One of the biggest challenges in writing about my own experience was trying to convey this emotional whiplash. Breakups are not either/or situations. You can feel both free and heartbroken, both relieved and regretful. It’s no contradiction; it’s just being human.

I included this in the article not just to comfort others, but to remind myself:
- Don’t let people guilt you into rushing “closure.” Closure isn’t a checklist—it’s a process.
- Keep the focus on what you learned from the relationship rather than lingering on the “mistakes” or “failures.” Trust me, this mental shift will save you from late-night spiral texts.
- Find your people. Lean into friends, therapy, or even just your go-to power ballads (shoutout to Alanis Morissette). You’re not meant to do this alone.


What Writing That Piece Taught Me

If you’d told fresh-out-of-college Harper that one day she’d be dishing out breakup advice in a public forum, I’d have laughed, then cried a little (because breakups, am I right?). But writing about heartbreak changed the way I understood it. We paint leaving as an act of destruction—the good place you’re walking away from, the scorched-earth policy of cutting ties—but it doesn’t have to be that way.
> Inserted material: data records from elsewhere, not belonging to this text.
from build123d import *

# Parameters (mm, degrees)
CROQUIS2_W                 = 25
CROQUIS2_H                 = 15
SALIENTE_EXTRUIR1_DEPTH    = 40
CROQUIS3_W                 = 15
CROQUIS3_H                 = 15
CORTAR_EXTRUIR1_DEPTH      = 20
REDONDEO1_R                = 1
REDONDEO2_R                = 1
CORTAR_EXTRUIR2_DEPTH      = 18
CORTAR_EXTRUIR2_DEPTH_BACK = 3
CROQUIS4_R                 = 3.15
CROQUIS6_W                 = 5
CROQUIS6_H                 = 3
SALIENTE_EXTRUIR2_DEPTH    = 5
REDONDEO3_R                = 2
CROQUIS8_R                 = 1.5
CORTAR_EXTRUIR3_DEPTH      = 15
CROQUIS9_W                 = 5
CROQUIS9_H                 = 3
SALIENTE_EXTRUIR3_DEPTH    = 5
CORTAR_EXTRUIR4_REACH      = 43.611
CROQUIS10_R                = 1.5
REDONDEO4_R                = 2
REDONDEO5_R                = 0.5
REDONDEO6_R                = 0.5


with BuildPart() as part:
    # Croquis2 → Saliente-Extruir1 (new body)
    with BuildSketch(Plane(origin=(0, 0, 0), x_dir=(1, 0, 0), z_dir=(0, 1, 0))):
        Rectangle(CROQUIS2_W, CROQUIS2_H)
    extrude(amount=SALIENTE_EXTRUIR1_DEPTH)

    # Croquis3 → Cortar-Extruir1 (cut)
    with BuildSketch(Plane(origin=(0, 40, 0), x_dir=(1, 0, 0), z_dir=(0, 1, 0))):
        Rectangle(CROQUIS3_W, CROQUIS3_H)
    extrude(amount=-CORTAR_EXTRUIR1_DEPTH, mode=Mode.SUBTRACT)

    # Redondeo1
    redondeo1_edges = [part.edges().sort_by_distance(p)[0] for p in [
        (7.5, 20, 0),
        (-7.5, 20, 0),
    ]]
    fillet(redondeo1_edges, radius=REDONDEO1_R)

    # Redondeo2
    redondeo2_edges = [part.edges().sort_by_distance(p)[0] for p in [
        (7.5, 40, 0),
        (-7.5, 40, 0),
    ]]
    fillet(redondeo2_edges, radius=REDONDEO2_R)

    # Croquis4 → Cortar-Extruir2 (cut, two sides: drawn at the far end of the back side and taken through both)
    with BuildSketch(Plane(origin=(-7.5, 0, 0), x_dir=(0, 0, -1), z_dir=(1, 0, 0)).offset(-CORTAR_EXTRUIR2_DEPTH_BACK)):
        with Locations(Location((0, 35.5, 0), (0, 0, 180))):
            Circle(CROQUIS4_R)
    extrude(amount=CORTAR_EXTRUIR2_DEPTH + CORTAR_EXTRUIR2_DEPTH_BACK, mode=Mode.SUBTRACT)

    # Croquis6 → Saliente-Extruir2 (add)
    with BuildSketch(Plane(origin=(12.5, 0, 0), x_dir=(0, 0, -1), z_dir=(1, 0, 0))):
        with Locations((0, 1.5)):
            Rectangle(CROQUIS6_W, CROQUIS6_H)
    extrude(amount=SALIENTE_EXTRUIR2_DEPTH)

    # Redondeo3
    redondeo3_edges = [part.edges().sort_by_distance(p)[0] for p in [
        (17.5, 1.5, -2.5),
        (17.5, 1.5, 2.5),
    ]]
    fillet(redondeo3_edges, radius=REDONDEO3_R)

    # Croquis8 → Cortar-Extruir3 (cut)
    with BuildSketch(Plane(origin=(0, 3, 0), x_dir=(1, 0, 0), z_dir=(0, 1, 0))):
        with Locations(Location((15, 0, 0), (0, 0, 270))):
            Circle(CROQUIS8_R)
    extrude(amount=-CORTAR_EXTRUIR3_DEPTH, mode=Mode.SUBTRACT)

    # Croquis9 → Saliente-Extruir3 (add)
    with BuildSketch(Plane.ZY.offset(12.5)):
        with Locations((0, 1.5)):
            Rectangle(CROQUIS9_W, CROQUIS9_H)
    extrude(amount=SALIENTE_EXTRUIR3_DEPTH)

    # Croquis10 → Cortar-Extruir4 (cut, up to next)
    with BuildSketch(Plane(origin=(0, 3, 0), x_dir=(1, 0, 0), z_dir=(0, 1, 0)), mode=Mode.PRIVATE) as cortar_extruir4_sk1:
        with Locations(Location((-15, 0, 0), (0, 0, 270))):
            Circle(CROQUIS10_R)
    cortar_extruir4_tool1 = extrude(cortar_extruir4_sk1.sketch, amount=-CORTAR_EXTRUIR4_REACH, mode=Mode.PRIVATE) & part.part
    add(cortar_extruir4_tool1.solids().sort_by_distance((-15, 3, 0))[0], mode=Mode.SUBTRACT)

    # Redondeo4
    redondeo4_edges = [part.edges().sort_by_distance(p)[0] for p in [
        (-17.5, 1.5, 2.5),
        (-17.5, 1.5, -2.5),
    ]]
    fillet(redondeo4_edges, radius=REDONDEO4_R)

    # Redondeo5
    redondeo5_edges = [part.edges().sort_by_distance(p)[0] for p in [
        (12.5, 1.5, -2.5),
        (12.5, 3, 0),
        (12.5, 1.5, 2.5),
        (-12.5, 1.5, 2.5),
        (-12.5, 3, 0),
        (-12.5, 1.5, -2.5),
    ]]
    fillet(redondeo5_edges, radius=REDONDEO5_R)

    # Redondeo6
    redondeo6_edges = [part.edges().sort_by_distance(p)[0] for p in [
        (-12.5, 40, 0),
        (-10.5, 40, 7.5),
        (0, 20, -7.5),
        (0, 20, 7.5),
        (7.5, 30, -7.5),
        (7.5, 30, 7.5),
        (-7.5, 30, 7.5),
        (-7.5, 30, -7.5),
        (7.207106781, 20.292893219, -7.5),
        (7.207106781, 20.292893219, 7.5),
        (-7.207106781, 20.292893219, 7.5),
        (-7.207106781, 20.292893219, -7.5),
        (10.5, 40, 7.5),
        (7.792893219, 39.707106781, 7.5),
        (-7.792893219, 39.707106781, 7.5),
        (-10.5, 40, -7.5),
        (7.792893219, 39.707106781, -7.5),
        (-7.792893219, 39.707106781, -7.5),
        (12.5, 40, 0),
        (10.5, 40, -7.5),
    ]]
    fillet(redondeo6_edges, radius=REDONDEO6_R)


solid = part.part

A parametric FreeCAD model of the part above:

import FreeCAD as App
import Part
import Sketcher


def edges_at(feature, points):
    """Names of the edges that pass closest to the given points."""
    edges = feature.Shape.Edges
    near = lambda p: min(range(len(edges)), key=lambda i: edges[i].distToShape(Part.Vertex(*p))[0])
    return sorted({f"Edge{near(p) + 1}" for p in points})


def add_polygon(sketch, points):
    """Adds a closed chain of lines whose ends are joined by coincident constraints."""
    first, n = sketch.GeometryCount, len(points)
    for a, b in zip(points, points[1:] + points[:1]):
        sketch.addGeometry(Part.LineSegment(App.Vector(*a, 0), App.Vector(*b, 0)), False)
    for i in range(n):
        sketch.addConstraint(Sketcher.Constraint("Coincident", first + i, 2, first + (i + 1) % n, 1))

doc = App.newDocument("Part")
body = doc.addObject("PartDesign::Body", "Body")

# Sketch on XZ plane
sketch1 = body.newObject("Sketcher::SketchObject", "Sketch")
sketch1.AttachmentSupport = (doc.getObject("XZ_Plane"), [""])
sketch1.MapMode = "FlatFace"
add_polygon(sketch1, [(-12, -8), (-12, 8), (12, 8), (12, -8)])  # lines 0-3
sketch1.addConstraint(Sketcher.Constraint("Vertical", 0))
sketch1.addConstraint(Sketcher.Constraint("Horizontal", 1))
sketch1.addConstraint(Sketcher.Constraint("Vertical", 2))
sketch1.addConstraint(Sketcher.Constraint("Horizontal", 3))
sketch1.addConstraint(Sketcher.Constraint("Symmetric", 0, 2, 2, 2, -1, 1))
sketch1.addConstraint(Sketcher.Constraint("DistanceX", 1, 1, 1, 2, 25.0))
sketch1.addConstraint(Sketcher.Constraint("DistanceY", 0, 1, 0, 2, 15.0))
pad1 = body.newObject("PartDesign::Pad", "Pad")
pad1.Profile = sketch1
pad1.Length = 40
pad1.Reversed = True

# Sketch on XZ plane
sketch2 = body.newObject("Sketcher::SketchObject", "Sketch001")
sketch2.AttachmentSupport = (doc.getObject("XZ_Plane"), [""])
sketch2.MapMode = "FlatFace"
sketch2.AttachmentOffset = App.Placement(App.Vector(0, 0, -40), App.Rotation())
add_polygon(sketch2, [(-8, -8), (-8, 8), (8, 8), (8, -8)])  # lines 0-3
sketch2.addConstraint(Sketcher.Constraint("Vertical", 0))
sketch2.addConstraint(Sketcher.Constraint("Horizontal", 1))
sketch2.addConstraint(Sketcher.Constraint("Vertical", 2))
sketch2.addConstraint(Sketcher.Constraint("Horizontal", 3))
sketch2.addConstraint(Sketcher.Constraint("Symmetric", 0, 2, 2, 2, -1, 1))
sketch2.addConstraint(Sketcher.Constraint("Equal", 3, 0))
sketch2.addConstraint(Sketcher.Constraint("DistanceX", 1, 1, 1, 2, 15.0))
pocket1 = body.newObject("PartDesign::Pocket", "Pocket")
pocket1.Profile = sketch2
pocket1.Length = 20
pocket1.Reversed = True
doc.recompute()

fillet = body.newObject("PartDesign::Fillet", "Fillet")
fillet.Base = (pocket1, edges_at(pocket1, [(7.5, 20, 0), (-7.5, 20, 0)]))
fillet.Radius = 1
doc.recompute()

fillet2 = body.newObject("PartDesign::Fillet", "Fillet001")
fillet2.Base = (fillet, edges_at(fillet, [(7.5, 40, 0), (-7.5, 40, 0)]))
fillet2.Radius = 1

# Sketch on YZ plane
sketch3 = body.newObject("Sketcher::SketchObject", "Sketch002")
sketch3.AttachmentSupport = (doc.getObject("YZ_Plane"), [""])
sketch3.MapMode = "FlatFace"
sketch3.AttachmentOffset = App.Placement(App.Vector(0, 0, -7.5), App.Rotation())
sketch3.addGeometry(Part.Circle(App.Vector(35.5, 0, 0), App.Vector(0, 0, 1), 3.1), False)
sketch3.addConstraint(Sketcher.Constraint("PointOnObject", 0, 3, -1))
sketch3.addConstraint(Sketcher.Constraint("Diameter", 0, 6.3))
sketch3.addConstraint(Sketcher.Constraint("DistanceX", -1, 1, 0, 3, 35.5))
pocket2 = body.newObject("PartDesign::Pocket", "Pocket001")
pocket2.Profile = sketch3
pocket2.Type = "TwoLengths"
pocket2.Length = 18
pocket2.Length2 = 3
pocket2.Reversed = True

# Sketch on YZ plane
sketch4 = body.newObject("Sketcher::SketchObject", "Sketch003")
sketch4.AttachmentSupport = (doc.getObject("YZ_Plane"), [""])
sketch4.MapMode = "FlatFace"
sketch4.AttachmentOffset = App.Placement(App.Vector(0, 0, 12.5), App.Rotation())
add_polygon(sketch4, [(3, 2.5), (0, 2.5), (0, -2.5), (3, -2.5)])  # lines 0-3
sketch4.addConstraint(Sketcher.Constraint("Horizontal", 0))
sketch4.addConstraint(Sketcher.Constraint("Vertical", 1))
sketch4.addConstraint(Sketcher.Constraint("Horizontal", 2))
sketch4.addConstraint(Sketcher.Constraint("Vertical", 3))
sketch4.addConstraint(Sketcher.Constraint("Symmetric", 0, 2, 1, 2, -1, 1))
sketch4.addConstraint(Sketcher.Constraint("DistanceX", 0, 2, 0, 1, 3.0))
sketch4.addConstraint(Sketcher.Constraint("DistanceY", 1, 2, 1, 1, 5.0))
pad2 = body.newObject("PartDesign::Pad", "Pad001")
pad2.Profile = sketch4
pad2.Length = 5
doc.recompute()

fillet3 = body.newObject("PartDesign::Fillet", "Fillet002")
fillet3.Base = (pad2, edges_at(pad2, [(17.5, 1.5, -2.5), (17.5, 1.5, 2.5)]))
fillet3.Radius = 2

# Sketch on XZ plane
sketch5 = body.newObject("Sketcher::SketchObject", "Sketch004")
sketch5.AttachmentSupport = (doc.getObject("XZ_Plane"), [""])
sketch5.MapMode = "FlatFace"
sketch5.AttachmentOffset = App.Placement(App.Vector(0, 0, -3), App.Rotation())
sketch5.addGeometry(Part.Circle(App.Vector(15, 0, 0), App.Vector(0, 0, 1), 1.5), False)
sketch5.addConstraint(Sketcher.Constraint("PointOnObject", 0, 3, -1))
sketch5.addConstraint(Sketcher.Constraint("Diameter", 0, 3.0))
sketch5.addConstraint(Sketcher.Constraint("DistanceX", -1, 1, 0, 3, 15.0))
pocket3 = body.newObject("PartDesign::Pocket", "Pocket002")
pocket3.Profile = sketch5
pocket3.Length = 15
pocket3.Reversed = True

# Sketch on YZ plane
sketch6 = body.newObject("Sketcher::SketchObject", "Sketch005")
sketch6.AttachmentSupport = (doc.getObject("YZ_Plane"), [""])
sketch6.MapMode = "FlatFace"
sketch6.AttachmentOffset = App.Placement(App.Vector(0, 0, -12.5), App.Rotation())
add_polygon(sketch6, [(3, -2.5), (0, -2.5), (0, 2.5), (3, 2.5)])  # lines 0-3
sketch6.addConstraint(Sketcher.Constraint("Horizontal", 0))
sketch6.addConstraint(Sketcher.Constraint("Vertical", 1))
sketch6.addConstraint(Sketcher.Constraint("Horizontal", 2))
sketch6.addConstraint(Sketcher.Constraint("Vertical", 3))
sketch6.addConstraint(Sketcher.Constraint("Symmetric", 0, 2, 1, 2, -1, 1))
sketch6.addConstraint(Sketcher.Constraint("DistanceX", 0, 2, 0, 1, 3.0))
sketch6.addConstraint(Sketcher.Constraint("DistanceY", 1, 1, 1, 2, 5.0))
pad3 = body.newObject("PartDesign::Pad", "Pad002")
pad3.Profile = sketch6
pad3.Length = 5
pad3.Reversed = True

# Sketch on XZ plane
sketch7 = body.newObject("Sketcher::SketchObject", "Sketch006")
sketch7.AttachmentSupport = (doc.getObject("XZ_Plane"), [""])
sketch7.MapMode = "FlatFace"
sketch7.AttachmentOffset = App.Placement(App.Vector(0, 0, -3), App.Rotation())
sketch7.addGeometry(Part.Circle(App.Vector(-15, 0, 0), App.Vector(0, 0, 1), 1.5), False)
sketch7.addConstraint(Sketcher.Constraint("PointOnObject", 0, 3, -1))
sketch7.addConstraint(Sketcher.Constraint("Diameter", 0, 3.0))
sketch7.addConstraint(Sketcher.Constraint("DistanceX", 0, 3, -1, 1, 15.0))
pocket4 = body.newObject("PartDesign::Pocket", "Pocket003")
pocket4.Profile = sketch7
pocket4.Type = "UpToFirst"
pocket4.Reversed = True
doc.recompute()

fillet4 = body.newObject("PartDesign::Fillet", "Fillet003")
fillet4.Base = (pocket4, edges_at(pocket4, [(-17.5, 1.5, 2.5), (-17.5, 1.5, -2.5)]))
fillet4.Radius = 2
doc.recompute()

fillet5 = body.newObject("PartDesign::Fillet", "Fillet004")
fillet5.Base = (fillet4, edges_at(fillet4, [
    (12.5, 1.5, -2.5),
    (12.5, 3, 0),
    (12.5, 1.5, 2.5),
    (-12.5, 1.5, 2.5),
    (-12.5, 3, 0),
    (-12.5, 1.5, -2.5),
]))
fillet5.Radius = 0.5
doc.recompute()

fillet6 = body.newObject("PartDesign::Fillet", "Fillet005")
fillet6.Base = (fillet5, edges_at(fillet5, [
    (-12.5, 40, 0),
    (-10.5, 40, 7.5),
    (0, 20, -7.5),
    (0, 20, 7.5),
    (7.5, 30, -7.5),
    (7.5, 30, 7.5),
    (-7.5, 30, 7.5),
    (-7.5, 30, -7.5),
    (7.207, 20.293, -7.5),
    (7.207, 20.293, 7.5),
    (-7.207, 20.293, 7.5),
    (-7.207, 20.293, -7.5),
    (10.5, 40, 7.5),
    (7.793, 39.707, 7.5),
    (-7.793, 39.707, 7.5),
    (-10.5, 40, -7.5),
    (7.793, 39.707, -7.5),
    (-7.793, 39.707, -7.5),
    (12.5, 40, 0),
    (10.5, 40, -7.5),
]))
fillet6.Radius = 0.5

doc.recompute()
The truth is, leaving is a beginning. Closing one door might lead to a hallway with fifty other doors you hadn’t even noticed before.

And maybe that’s how life works—messily, imperfectly, but always persistently. Writing my hardest piece helped me realize that endings don’t have the power to define you unless you hand them the pen.


Leaving You with This

Whether you’re walking out of a relationship or navigating any other seemingly impossible ending, take this with you: it will be hard, and it will take strength, but you are not made of glass. You are more like (and forgive the corny metaphor here) a mosaic—pieces of every moment you’ve lived and loved, rearranged into something newly beautiful after every crack. That’s resilience. That’s you.

So go forth, break some Tupperware-bound ties and maybe, just maybe, leave it all a little better than you found it. Relationships, after all, aren’t measured by how long they last but by what they teach us along the way.